EXERCISE GOAL> Look through the entries below and say how many lines contain the string "BuildSketch". Give the number only.

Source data
┌──
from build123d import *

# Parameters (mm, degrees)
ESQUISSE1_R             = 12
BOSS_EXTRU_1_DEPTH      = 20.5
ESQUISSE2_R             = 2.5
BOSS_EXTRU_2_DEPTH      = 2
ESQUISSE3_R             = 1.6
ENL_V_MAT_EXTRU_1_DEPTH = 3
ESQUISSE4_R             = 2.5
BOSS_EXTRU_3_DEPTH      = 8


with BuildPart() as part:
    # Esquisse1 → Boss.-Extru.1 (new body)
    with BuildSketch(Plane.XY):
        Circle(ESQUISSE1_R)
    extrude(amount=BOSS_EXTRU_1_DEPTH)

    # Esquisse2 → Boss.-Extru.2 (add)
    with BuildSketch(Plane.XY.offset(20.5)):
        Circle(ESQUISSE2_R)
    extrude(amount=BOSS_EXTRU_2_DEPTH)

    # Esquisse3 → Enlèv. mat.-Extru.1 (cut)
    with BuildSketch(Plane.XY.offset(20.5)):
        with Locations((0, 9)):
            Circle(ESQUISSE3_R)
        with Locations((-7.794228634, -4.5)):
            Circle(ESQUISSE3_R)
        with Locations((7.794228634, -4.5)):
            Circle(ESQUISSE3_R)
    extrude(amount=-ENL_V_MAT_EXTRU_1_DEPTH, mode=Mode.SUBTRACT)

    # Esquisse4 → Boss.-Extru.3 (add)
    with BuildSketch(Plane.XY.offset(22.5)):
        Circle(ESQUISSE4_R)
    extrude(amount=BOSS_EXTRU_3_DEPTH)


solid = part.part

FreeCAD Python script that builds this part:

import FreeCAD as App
import Part
import Sketcher
from FreeCAD import Vector

doc = App.newDocument("Part")
body = doc.addObject("PartDesign::Body", "Body")

sketch1 = body.newObject("Sketcher::SketchObject", "Sketch")
sketch1.AttachmentSupport = (doc.getObject("XY_Plane"), [""])
sketch1.MapMode = "FlatFace"
sketch1.addGeometry(Part.Circle(Vector(0, 0, 0), Vector(0, 0, 1), 12), False)
sketch1.addConstraint([
    Sketcher.Constraint("Coincident", 0, 3, -1, 1),
    Sketcher.Constraint("Diameter", 0, 24.0),
])
pad1 = body.newObject("PartDesign::Pad", "Pad")
pad1.Profile = sketch1
pad1.Length = 20.5

sketch2 = body.newObject("Sketcher::SketchObject", "Sketch001")
sketch2.AttachmentSupport = (doc.getObject("XY_Plane"), [""])
sketch2.MapMode = "FlatFace"
sketch2.AttachmentOffset = App.Placement(Vector(0, 0, 20.5), App.Rotation())
sketch2.addGeometry(Part.Circle(Vector(0, 0, 0), Vector(0, 0, 1), 2.5), False)
sketch2.addConstraint([
    Sketcher.Constraint("Coincident", 0, 3, -1, 1),
    Sketcher.Constraint("Diameter", 0, 5.0),
])
pad2 = body.newObject("PartDesign::Pad", "Pad001")
pad2.Profile = sketch2
pad2.Length = 2

sketch3 = body.newObject("Sketcher::SketchObject", "Sketch002")
sketch3.AttachmentSupport = (doc.getObject("XY_Plane"), [""])
sketch3.MapMode = "FlatFace"
sketch3.AttachmentOffset = App.Placement(Vector(0, 0, 20.5), App.Rotation())
sketch3.addGeometry([
    Part.Circle(Vector(0, 9, 0), Vector(0, 0, 1), 1.6),
    Part.Circle(Vector(-7.794229, -4.5, 0), Vector(0, 0, 1), 1.6),
    Part.Circle(Vector(7.794229, -4.5, 0), Vector(0, 0, 1), 1.6),
], False)
sketch3.addConstraint([
    Sketcher.Constraint("Equal", 0, 1),
    Sketcher.Constraint("Equal", 1, 2),
    Sketcher.Constraint("Symmetric", 1, 3, 2, 3, -2),
    Sketcher.Constraint("PointOnObject", 0, 3, -2),
    Sketcher.Constraint("Diameter", 0, 3.2),
    Sketcher.Constraint("DistanceY", -1, 1, 0, 3, 9.0),
    Sketcher.Constraint("DistanceY", 1, 3, -1, 1, 4.5),
    Sketcher.Constraint("DistanceX", 1, 3, -1, 1, 7.794229),
])
pocket1 = body.newObject("PartDesign::Pocket", "Pocket")
pocket1.Profile = sketch3
pocket1.Length = 3

sketch4 = body.newObject("Sketcher::SketchObject", "Sketch003")
sketch4.AttachmentSupport = (doc.getObject("XY_Plane"), [""])
sketch4.MapMode = "FlatFace"
sketch4.AttachmentOffset = App.Placement(Vector(0, 0, 22.5), App.Rotation())
sketch4.addGeometry(Part.Circle(Vector(0, 0, 0), Vector(0, 0, 1), 2.5), False)
sketch4.addConstraint([
    Sketcher.Constraint("Coincident", 0, 3, -1, 1),
    Sketcher.Constraint("Diameter", 0, 5.0),
])
pad3 = body.newObject("PartDesign::Pad", "Pad002")
pad3.Profile = sketch4
pad3.Length = 8

doc.recompute()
└──
RESULT BELOW> 4